*TASK INSTRUCTIONS*. Give all of the records again. Match them exactly.

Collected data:
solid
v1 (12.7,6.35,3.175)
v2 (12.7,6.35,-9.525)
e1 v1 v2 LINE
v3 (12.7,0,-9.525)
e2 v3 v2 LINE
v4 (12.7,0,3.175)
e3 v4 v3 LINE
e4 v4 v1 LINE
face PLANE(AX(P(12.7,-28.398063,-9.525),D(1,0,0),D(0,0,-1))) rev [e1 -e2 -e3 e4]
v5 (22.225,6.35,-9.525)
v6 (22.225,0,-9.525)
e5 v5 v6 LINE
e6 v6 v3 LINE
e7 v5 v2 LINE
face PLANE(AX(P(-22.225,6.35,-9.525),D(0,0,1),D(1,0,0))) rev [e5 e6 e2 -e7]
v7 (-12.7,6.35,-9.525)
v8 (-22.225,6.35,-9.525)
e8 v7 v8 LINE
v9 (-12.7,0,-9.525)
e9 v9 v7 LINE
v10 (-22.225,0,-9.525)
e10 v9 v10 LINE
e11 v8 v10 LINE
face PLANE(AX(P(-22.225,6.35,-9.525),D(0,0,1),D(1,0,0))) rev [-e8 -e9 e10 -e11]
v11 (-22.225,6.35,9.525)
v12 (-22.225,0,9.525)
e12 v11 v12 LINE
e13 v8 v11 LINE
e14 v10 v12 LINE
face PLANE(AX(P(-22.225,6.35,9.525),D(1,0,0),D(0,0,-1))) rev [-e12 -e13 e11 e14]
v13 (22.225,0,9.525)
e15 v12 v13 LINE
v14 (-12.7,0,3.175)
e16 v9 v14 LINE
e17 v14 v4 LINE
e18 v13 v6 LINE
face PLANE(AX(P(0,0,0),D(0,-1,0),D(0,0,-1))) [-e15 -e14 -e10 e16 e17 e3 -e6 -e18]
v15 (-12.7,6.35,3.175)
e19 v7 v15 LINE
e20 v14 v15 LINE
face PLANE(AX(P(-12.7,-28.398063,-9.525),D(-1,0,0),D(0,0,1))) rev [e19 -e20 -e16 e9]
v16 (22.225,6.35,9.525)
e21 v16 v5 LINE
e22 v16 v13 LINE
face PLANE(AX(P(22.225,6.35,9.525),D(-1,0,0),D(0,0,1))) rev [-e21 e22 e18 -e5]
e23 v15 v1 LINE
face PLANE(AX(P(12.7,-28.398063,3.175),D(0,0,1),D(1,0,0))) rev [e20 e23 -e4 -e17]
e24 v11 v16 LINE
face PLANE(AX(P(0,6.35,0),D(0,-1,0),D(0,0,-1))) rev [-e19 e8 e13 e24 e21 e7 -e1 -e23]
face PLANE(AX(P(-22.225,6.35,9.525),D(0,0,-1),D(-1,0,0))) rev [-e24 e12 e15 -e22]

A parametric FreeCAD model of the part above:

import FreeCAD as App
import Part
import Sketcher
from FreeCAD import Vector
Q = App.Units.Quantity

doc = App.newDocument("Part")
params = doc.addObject("Spreadsheet::Sheet", "Params")
for row, (alias, value) in enumerate([
    ("sketch1_width", "1.75 in"),
    ("sketch1_height", "0.75 in"),
    ("pad1_length", "0.25 in"),
    ("sketch2_width", "1 in"),
    ("sketch2_height", "0.5 in"),
    ("pocket1_length", "0.25 in"),
], start=1):
    params.set(f"A{row}", alias)
    params.set(f"B{row}", "=" + value)
    params.setAlias(f"B{row}", alias)

body = doc.addObject("PartDesign::Body", "Body")

# Sketch on XZ plane
sketch1 = body.newObject("Sketcher::SketchObject", "Sketch")
sketch1.AttachmentSupport = (doc.getObject("XZ_Plane"), [""])
sketch1.MapMode = "FlatFace"
sketch1.addGeometry(Part.LineSegment(Vector(-22.225, -9.525, 0), Vector(-22.225, 9.525, 0)), False)
sketch1.addGeometry(Part.LineSegment(Vector(-22.225, 9.525, 0), Vector(22.225, 9.525, 0)), False)
sketch1.addGeometry(Part.LineSegment(Vector(22.225, 9.525, 0), Vector(22.225, -9.525, 0)), False)
sketch1.addGeometry(Part.LineSegment(Vector(22.225, -9.525, 0), Vector(-22.225, -9.525, 0)), False)
sketch1.addConstraint(Sketcher.Constraint("Coincident", 0, 2, 1, 1))
sketch1.addConstraint(Sketcher.Constraint("Coincident", 1, 2, 2, 1))
sketch1.addConstraint(Sketcher.Constraint("Coincident", 2, 2, 3, 1))
sketch1.addConstraint(Sketcher.Constraint("Coincident", 3, 2, 0, 1))
sketch1.addConstraint(Sketcher.Constraint("Vertical", 0))
sketch1.addConstraint(Sketcher.Constraint("Horizontal", 1))
sketch1.addConstraint(Sketcher.Constraint("Vertical", 2))
sketch1.addConstraint(Sketcher.Constraint("Horizontal", 3))
sketch1.addConstraint(Sketcher.Constraint("Symmetric", 0, 2, 2, 2, -1, 1))
sketch1.addConstraint(Sketcher.Constraint("DistanceX", 1, 1, 1, 2, Q("1.75 in")))
sketch1.addConstraint(Sketcher.Constraint("DistanceY", 0, 1, 0, 2, Q("0.75 in")))
sketch1.setExpression("Constraints[9]", "Params.sketch1_width")
sketch1.setExpression("Constraints[10]", "Params.sketch1_height")
pad1 = body.newObject("PartDesign::Pad", "Pad")
pad1.Profile = sketch1
pad1.setExpression("Length", "Params.pad1_length")
pad1.Reversed = True

# Sketch on XZ plane
sketch2 = body.newObject("Sketcher::SketchObject", "Sketch001")
sketch2.AttachmentSupport = (doc.getObject("XZ_Plane"), [""])
sketch2.MapMode = "FlatFace"
sketch2.AttachmentOffset = App.Placement(Vector(0, 0, -0.25 * 25.4), App.Rotation())
sketch2.addGeometry(Part.LineSegment(Vector(-12.7, -9.525, 0), Vector(-12.7, 3.175, 0)), False)
sketch2.addGeometry(Part.LineSegment(Vector(-12.7, 3.175, 0), Vector(12.7, 3.175, 0)), False)
sketch2.addGeometry(Part.LineSegment(Vector(12.7, 3.175, 0), Vector(12.7, -9.525, 0)), False)
sketch2.addGeometry(Part.LineSegment(Vector(12.7, -9.525, 0), Vector(-12.7, -9.525, 0)), False)
sketch2.addConstraint(Sketcher.Constraint("Coincident", 0, 2, 1, 1))
sketch2.addConstraint(Sketcher.Constraint("Coincident", 1, 2, 2, 1))
sketch2.addConstraint(Sketcher.Constraint("Coincident", 2, 2, 3, 1))
sketch2.addConstraint(Sketcher.Constraint("Coincident", 3, 2, 0, 1))
sketch2.addConstraint(Sketcher.Constraint("Vertical", 0))
sketch2.addConstraint(Sketcher.Constraint("Horizontal", 1))
sketch2.addConstraint(Sketcher.Constraint("Vertical", 2))
sketch2.addConstraint(Sketcher.Constraint("Horizontal", 3))
sketch2.addConstraint(Sketcher.Constraint("DistanceX", 1, 1, 1, 2, Q("1 in")))
sketch2.addConstraint(Sketcher.Constraint("DistanceY", 0, 1, 0, 2, Q("0.5 in")))
sketch2.addConstraint(Sketcher.Constraint("DistanceX", 0, 2, -1, 1, Q("0.5 in")))
sketch2.addConstraint(Sketcher.Constraint("DistanceY", -1, 1, 0, 2, Q("0.125 in")))
sketch2.setExpression("Constraints[8]", "Params.sketch2_width")
sketch2.setExpression("Constraints[9]", "Params.sketch2_height")
pocket1 = body.newObject("PartDesign::Pocket", "Pocket")
pocket1.Profile = sketch2
pocket1.setExpression("Length", "Params.pocket1_length")
pocket1.Reversed = True

doc.recompute()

*TASK RESULT*.
solid
v1 (12.7,6.35,3.175)
v2 (12.7,6.35,-9.525)
e1 v1 v2 LINE
v3 (12.7,0,-9.525)
e2 v3 v2 LINE
v4 (12.7,0,3.175)
e3 v4 v3 LINE
e4 v4 v1 LINE
face PLANE(AX(P(12.7,-28.398063,-9.525),D(1,0,0),D(0,0,-1))) rev [e1 -e2 -e3 e4]
v5 (22.225,6.35,-9.525)
v6 (22.225,0,-9.525)
e5 v5 v6 LINE
e6 v6 v3 LINE
e7 v5 v2 LINE
face PLANE(AX(P(-22.225,6.35,-9.525),D(0,0,1),D(1,0,0))) rev [e5 e6 e2 -e7]
v7 (-12.7,6.35,-9.525)
v8 (-22.225,6.35,-9.525)
e8 v7 v8 LINE
v9 (-12.7,0,-9.525)
e9 v9 v7 LINE
v10 (-22.225,0,-9.525)
e10 v9 v10 LINE
e11 v8 v10 LINE
face PLANE(AX(P(-22.225,6.35,-9.525),D(0,0,1),D(1,0,0))) rev [-e8 -e9 e10 -e11]
v11 (-22.225,6.35,9.525)
v12 (-22.225,0,9.525)
e12 v11 v12 LINE
e13 v8 v11 LINE
e14 v10 v12 LINE
face PLANE(AX(P(-22.225,6.35,9.525),D(1,0,0),D(0,0,-1))) rev [-e12 -e13 e11 e14]
v13 (22.225,0,9.525)
e15 v12 v13 LINE
v14 (-12.7,0,3.175)
e16 v9 v14 LINE
e17 v14 v4 LINE
e18 v13 v6 LINE
face PLANE(AX(P(0,0,0),D(0,-1,0),D(0,0,-1))) [-e15 -e14 -e10 e16 e17 e3 -e6 -e18]
v15 (-12.7,6.35,3.175)
e19 v7 v15 LINE
e20 v14 v15 LINE
face PLANE(AX(P(-12.7,-28.398063,-9.525),D(-1,0,0),D(0,0,1))) rev [e19 -e20 -e16 e9]
v16 (22.225,6.35,9.525)
e21 v16 v5 LINE
e22 v16 v13 LINE
face PLANE(AX(P(22.225,6.35,9.525),D(-1,0,0),D(0,0,1))) rev [-e21 e22 e18 -e5]
e23 v15 v1 LINE
face PLANE(AX(P(12.7,-28.398063,3.175),D(0,0,1),D(1,0,0))) rev [e20 e23 -e4 -e17]
e24 v11 v16 LINE
face PLANE(AX(P(0,6.35,0),D(0,-1,0),D(0,0,-1))) rev [-e19 e8 e13 e24 e21 e7 -e1 -e23]
face PLANE(AX(P(-22.225,6.35,9.525),D(0,0,-1),D(-1,0,0))) rev [-e24 e12 e15 -e22]

A parametric FreeCAD model of the part above:

import FreeCAD as App
import Part
import Sketcher
from FreeCAD import Vector
Q = App.Units.Quantity

doc = App.newDocument("Part")
params = doc.addObject("Spreadsheet::Sheet", "Params")
for row, (alias, value) in enumerate([
    ("sketch1_width", "1.75 in"),
    ("sketch1_height", "0.75 in"),
    ("pad1_length", "0.25 in"),
    ("sketch2_width", "1 in"),
    ("sketch2_height", "0.5 in"),
    ("pocket1_length", "0.25 in"),
], start=1):
    params.set(f"A{row}", alias)
    params.set(f"B{row}", "=" + value)
    params.setAlias(f"B{row}", alias)

body = doc.addObject("PartDesign::Body", "Body")

# Sketch on XZ plane
sketch1 = body.newObject("Sketcher::SketchObject", "Sketch")
sketch1.AttachmentSupport = (doc.getObject("XZ_Plane"), [""])
sketch1.MapMode = "FlatFace"
sketch1.addGeometry(Part.LineSegment(Vector(-22.225, -9.525, 0), Vector(-22.225, 9.525, 0)), False)
sketch1.addGeometry(Part.LineSegment(Vector(-22.225, 9.525, 0), Vector(22.225, 9.525, 0)), False)
sketch1.addGeometry(Part.LineSegment(Vector(22.225, 9.525, 0), Vector(22.225, -9.525, 0)), False)
sketch1.addGeometry(Part.LineSegment(Vector(22.225, -9.525, 0), Vector(-22.225, -9.525, 0)), False)
sketch1.addConstraint(Sketcher.Constraint("Coincident", 0, 2, 1, 1))
sketch1.addConstraint(Sketcher.Constraint("Coincident", 1, 2, 2, 1))
sketch1.addConstraint(Sketcher.Constraint("Coincident", 2, 2, 3, 1))
sketch1.addConstraint(Sketcher.Constraint("Coincident", 3, 2, 0, 1))
sketch1.addConstraint(Sketcher.Constraint("Vertical", 0))
sketch1.addConstraint(Sketcher.Constraint("Horizontal", 1))
sketch1.addConstraint(Sketcher.Constraint("Vertical", 2))
sketch1.addConstraint(Sketcher.Constraint("Horizontal", 3))
sketch1.addConstraint(Sketcher.Constraint("Symmetric", 0, 2, 2, 2, -1, 1))
sketch1.addConstraint(Sketcher.Constraint("DistanceX", 1, 1, 1, 2, Q("1.75 in")))
sketch1.addConstraint(Sketcher.Constraint("DistanceY", 0, 1, 0, 2, Q("0.75 in")))
sketch1.setExpression("Constraints[9]", "Params.sketch1_width")
sketch1.setExpression("Constraints[10]", "Params.sketch1_height")
pad1 = body.newObject("PartDesign::Pad", "Pad")
pad1.Profile = sketch1
pad1.setExpression("Length", "Params.pad1_length")
pad1.Reversed = True

# Sketch on XZ plane
sketch2 = body.newObject("Sketcher::SketchObject", "Sketch001")
sketch2.AttachmentSupport = (doc.getObject("XZ_Plane"), [""])
sketch2.MapMode = "FlatFace"
sketch2.AttachmentOffset = App.Placement(Vector(0, 0, -0.25 * 25.4), App.Rotation())
sketch2.addGeometry(Part.LineSegment(Vector(-12.7, -9.525, 0), Vector(-12.7, 3.175, 0)), False)
sketch2.addGeometry(Part.LineSegment(Vector(-12.7, 3.175, 0), Vector(12.7, 3.175, 0)), False)
sketch2.addGeometry(Part.LineSegment(Vector(12.7, 3.175, 0), Vector(12.7, -9.525, 0)), False)
sketch2.addGeometry(Part.LineSegment(Vector(12.7, -9.525, 0), Vector(-12.7, -9.525, 0)), False)
sketch2.addConstraint(Sketcher.Constraint("Coincident", 0, 2, 1, 1))
sketch2.addConstraint(Sketcher.Constraint("Coincident", 1, 2, 2, 1))
sketch2.addConstraint(Sketcher.Constraint("Coincident", 2, 2, 3, 1))
sketch2.addConstraint(Sketcher.Constraint("Coincident", 3, 2, 0, 1))
sketch2.addConstraint(Sketcher.Constraint("Vertical", 0))
sketch2.addConstraint(Sketcher.Constraint("Horizontal", 1))
sketch2.addConstraint(Sketcher.Constraint("Vertical", 2))
sketch2.addConstraint(Sketcher.Constraint("Horizontal", 3))
sketch2.addConstraint(Sketcher.Constraint("DistanceX", 1, 1, 1, 2, Q("1 in")))
sketch2.addConstraint(Sketcher.Constraint("DistanceY", 0, 1, 0, 2, Q("0.5 in")))
sketch2.addConstraint(Sketcher.Constraint("DistanceX", 0, 2, -1, 1, Q("0.5 in")))
sketch2.addConstraint(Sketcher.Constraint("DistanceY", -1, 1, 0, 2, Q("0.125 in")))
sketch2.setExpression("Constraints[8]", "Params.sketch2_width")
sketch2.setExpression("Constraints[9]", "Params.sketch2_height")
pocket1 = body.newObject("PartDesign::Pocket", "Pocket")
pocket1.Profile = sketch2
pocket1.setExpression("Length", "Params.pocket1_length")
pocket1.Reversed = True

doc.recompute()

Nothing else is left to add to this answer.